En fonction des kilomètres, cela me prend 3 ou 4h de préparation, en gros 100km de l'heure. Suite à cela, nous avons des personnes, qui travaillent pour nous, qui essaient d'imaginer la trace sur une carte. Aujourd'hui, cela se fait par ordinateur par Google Earth ou d'autres systèmes compétents. Par après, je vais faire la corrélation " roadbook/Carte " pour essayer d'imaginer ce que je vais rencontrer le lendemain et cela peut prendre toute la nuit. Néanmoins, j'essaie de me coucher à minuit si je peux et ma deadline est 1h du matin afin que je puisse au moins dormir 5 à 6h car sinon le lendemain je n'y arrive pas. Ce sont donc de très très longues journées et je sais que je vais vivre ça pendant 15 jours.
Est-ce un crève-cœur pour tous les concurrents d'avoir quitter l'Afrique ?Oui et non ! C'est sûr que l'Afrique proposait des paysages hors du commun mais que finalement, on retrouve sous d'autres formes en Amérique du Sud avec des passages dans la Cordillère des Andes lorsque l'on faisait Argentine-Chili ou inversement, monter à 5000 mètres en Bolivie ou traverser le Salar d'Uyuni ou encore le désert d'Atacama, qui est le plus aride du monde, arrivée au Pérou avec du sable beaucoup plus compliqué que ce que l'on trouve en Mauritanie. Je pense que c'est le côté émotionnel qui ressort quand on évoque l'Afrique car côté course, il n'y a pas de différences. C'est aussi dur des deux côtés et au final, c'est le même niveau de bataille quelque soit le pays.

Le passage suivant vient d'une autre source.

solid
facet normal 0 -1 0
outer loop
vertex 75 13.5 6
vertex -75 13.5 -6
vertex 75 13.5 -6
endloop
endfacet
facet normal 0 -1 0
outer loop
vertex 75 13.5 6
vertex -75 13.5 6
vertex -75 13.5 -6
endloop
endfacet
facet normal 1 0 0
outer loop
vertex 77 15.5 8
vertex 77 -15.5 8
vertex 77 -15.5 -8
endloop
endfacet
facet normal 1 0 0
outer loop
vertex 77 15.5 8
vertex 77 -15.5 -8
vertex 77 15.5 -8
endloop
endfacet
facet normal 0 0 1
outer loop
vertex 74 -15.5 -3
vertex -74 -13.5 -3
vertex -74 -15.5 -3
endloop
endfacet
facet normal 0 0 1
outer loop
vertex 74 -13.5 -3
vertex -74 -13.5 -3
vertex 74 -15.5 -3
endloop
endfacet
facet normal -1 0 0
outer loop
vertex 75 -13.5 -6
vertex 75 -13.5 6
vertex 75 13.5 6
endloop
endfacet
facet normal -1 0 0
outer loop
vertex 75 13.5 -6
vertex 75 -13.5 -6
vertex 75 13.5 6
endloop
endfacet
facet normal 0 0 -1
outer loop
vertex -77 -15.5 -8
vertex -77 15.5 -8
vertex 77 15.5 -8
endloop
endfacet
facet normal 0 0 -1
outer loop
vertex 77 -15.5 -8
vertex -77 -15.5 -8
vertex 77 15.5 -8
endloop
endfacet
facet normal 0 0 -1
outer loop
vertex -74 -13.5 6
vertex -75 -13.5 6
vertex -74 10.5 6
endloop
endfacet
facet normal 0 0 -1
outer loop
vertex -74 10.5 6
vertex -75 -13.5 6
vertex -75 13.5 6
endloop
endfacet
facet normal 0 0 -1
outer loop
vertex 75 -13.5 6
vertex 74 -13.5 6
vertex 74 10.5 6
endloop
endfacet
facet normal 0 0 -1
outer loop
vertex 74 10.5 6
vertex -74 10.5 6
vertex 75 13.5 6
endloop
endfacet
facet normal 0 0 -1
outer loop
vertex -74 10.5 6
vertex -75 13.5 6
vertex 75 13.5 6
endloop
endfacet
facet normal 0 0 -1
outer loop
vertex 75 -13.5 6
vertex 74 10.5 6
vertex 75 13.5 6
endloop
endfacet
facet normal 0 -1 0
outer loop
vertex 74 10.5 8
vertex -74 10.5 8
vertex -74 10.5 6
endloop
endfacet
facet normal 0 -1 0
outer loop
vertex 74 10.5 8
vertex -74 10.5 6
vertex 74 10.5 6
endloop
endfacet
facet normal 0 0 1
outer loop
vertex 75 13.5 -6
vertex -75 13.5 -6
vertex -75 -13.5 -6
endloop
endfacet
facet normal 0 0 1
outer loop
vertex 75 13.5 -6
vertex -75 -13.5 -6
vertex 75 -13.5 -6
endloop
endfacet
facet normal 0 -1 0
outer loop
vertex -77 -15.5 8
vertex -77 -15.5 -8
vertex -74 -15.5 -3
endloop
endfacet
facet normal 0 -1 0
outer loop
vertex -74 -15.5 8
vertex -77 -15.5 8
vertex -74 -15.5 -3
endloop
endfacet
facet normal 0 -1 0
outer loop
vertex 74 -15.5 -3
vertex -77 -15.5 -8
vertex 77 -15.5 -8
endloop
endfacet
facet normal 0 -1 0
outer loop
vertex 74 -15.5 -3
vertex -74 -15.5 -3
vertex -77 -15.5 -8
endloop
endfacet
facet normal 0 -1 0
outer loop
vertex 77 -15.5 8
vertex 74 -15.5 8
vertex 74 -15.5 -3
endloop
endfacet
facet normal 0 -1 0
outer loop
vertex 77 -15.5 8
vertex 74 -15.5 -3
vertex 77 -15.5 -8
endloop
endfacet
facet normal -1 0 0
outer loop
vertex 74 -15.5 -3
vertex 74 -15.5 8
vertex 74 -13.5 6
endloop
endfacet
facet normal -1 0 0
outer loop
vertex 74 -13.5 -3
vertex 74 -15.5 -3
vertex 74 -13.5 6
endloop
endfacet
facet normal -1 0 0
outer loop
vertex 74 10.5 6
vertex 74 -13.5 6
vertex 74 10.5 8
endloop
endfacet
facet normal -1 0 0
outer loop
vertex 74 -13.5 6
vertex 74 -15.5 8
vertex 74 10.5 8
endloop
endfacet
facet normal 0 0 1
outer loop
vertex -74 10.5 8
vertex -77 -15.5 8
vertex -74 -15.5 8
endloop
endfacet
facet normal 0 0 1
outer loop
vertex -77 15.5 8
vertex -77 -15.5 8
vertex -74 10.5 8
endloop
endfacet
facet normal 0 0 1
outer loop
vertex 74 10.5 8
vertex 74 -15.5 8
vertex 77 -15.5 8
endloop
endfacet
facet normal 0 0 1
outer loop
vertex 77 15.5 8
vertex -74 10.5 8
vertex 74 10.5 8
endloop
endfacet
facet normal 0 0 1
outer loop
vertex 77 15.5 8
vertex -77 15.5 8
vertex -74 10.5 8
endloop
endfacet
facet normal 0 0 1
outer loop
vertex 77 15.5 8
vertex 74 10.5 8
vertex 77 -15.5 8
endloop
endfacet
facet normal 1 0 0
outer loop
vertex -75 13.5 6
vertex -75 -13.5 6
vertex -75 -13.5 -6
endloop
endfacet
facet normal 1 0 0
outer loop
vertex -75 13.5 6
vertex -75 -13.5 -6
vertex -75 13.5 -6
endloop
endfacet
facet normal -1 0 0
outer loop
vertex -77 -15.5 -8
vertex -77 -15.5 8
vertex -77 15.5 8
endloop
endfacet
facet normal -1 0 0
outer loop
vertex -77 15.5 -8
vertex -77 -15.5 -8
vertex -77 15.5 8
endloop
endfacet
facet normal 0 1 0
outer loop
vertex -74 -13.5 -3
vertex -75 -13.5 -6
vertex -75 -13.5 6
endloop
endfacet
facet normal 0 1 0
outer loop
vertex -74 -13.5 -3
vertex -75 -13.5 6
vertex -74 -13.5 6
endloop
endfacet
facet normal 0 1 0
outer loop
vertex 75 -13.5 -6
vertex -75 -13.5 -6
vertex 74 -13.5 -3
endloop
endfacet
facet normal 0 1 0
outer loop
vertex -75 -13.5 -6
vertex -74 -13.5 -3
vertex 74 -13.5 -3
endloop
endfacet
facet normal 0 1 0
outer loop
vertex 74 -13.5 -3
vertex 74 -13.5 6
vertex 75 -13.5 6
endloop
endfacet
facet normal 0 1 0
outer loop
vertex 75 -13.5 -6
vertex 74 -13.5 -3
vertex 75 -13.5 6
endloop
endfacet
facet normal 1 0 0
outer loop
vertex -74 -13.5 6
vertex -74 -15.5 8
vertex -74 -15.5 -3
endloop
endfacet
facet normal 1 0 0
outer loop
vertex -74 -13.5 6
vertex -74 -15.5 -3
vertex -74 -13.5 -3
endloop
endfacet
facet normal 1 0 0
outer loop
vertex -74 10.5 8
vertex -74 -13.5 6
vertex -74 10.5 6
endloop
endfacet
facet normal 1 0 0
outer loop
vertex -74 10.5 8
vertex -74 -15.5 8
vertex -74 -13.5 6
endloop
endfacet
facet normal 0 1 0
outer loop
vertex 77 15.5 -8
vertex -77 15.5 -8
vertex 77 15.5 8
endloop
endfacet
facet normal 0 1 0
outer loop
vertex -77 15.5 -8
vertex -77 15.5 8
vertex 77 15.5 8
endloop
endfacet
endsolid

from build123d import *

# Parameters (mm, degrees)
F0_W     = 154
F0_H     = 31
F1_DEPTH = 8
F2_W     = 150
F2_H     = 27
F3_DEPTH = 6
F4_W     = 148
F4_H     = 26
F5_DEPTH = 11


with BuildPart() as f1:
    # F0 (on Top) → F1 (new body, symmetric)
    with BuildSketch(Plane.XY):
        Rectangle(F0_W, F0_H)
    extrude(amount=F1_DEPTH, both=True)

    # F2 (on Top) → F3 (cut, symmetric)
    with BuildSketch(Plane.XY):
        Rectangle(F2_W, F2_H)
    extrude(amount=F3_DEPTH, both=True, mode=Mode.SUBTRACT)

    # F4 (on face) → F5 (cut)
    with BuildSketch(Plane.XY.offset(8)):
        with Locations((0, -2.5)):
            Rectangle(F4_W, F4_H)
    extrude(amount=-F5_DEPTH, mode=Mode.SUBTRACT)


solid = f1.part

Quel pays est pour toi le plus intéressant pour la course en Amérique du Sud ?Ils ont tous un peu leurs spécificités mais je dirais l'Argentine quand même. Déjà par rapport au public, ils ont une vraie notion du sport automobile et ils sont là pour nous suivre et nous supporter. Les premières années, des millions d'argentins se déplaçaient pour nous voir et cela, on ne peut le voir que là-bas. Il n'y avait pas un tel engouement en Afrique car pour eux, le sport automobile, c'est vraiment exotique alors qu'en Amérique du Sud, ils en sont fanas quelque soit la discipline pratiquée.
Pourquoi le Dakar a t-il perdu de sa superbe alors que de grandes courses comme les 24h du Mans ou d'autres sont toujours autant suivies ?Je ne sais pas si le Dakar a vraiment perdu de sa superbe et en plus cette année, il a beaucoup plus d'inscrits que ces dernières années. Après ce qu'il s'est passé, c'est qu'avec l'histoire du décalage horaire, la couverture médiatique européenne a été plus difficile. Du coup, on ne voyait que les premiers arrivés et ce que les gens recherchent, selon moi, c'est vraiment de voir les amateurs et leurs aventures humaines. Honnêtement, je pense que le décalage horaire a fait beaucoup de mal au Dakar. Ensuite, le sport automobile pâti également des histoires de pollution et d'émission de CO2 et tout cela a fait beaucoup de mal à l'image du Dakar. Malgré tout cela, le Dakar est toujours là et reste la course la plus dure et est aussi mythique que les 24h du Mans ou Pikes Peak.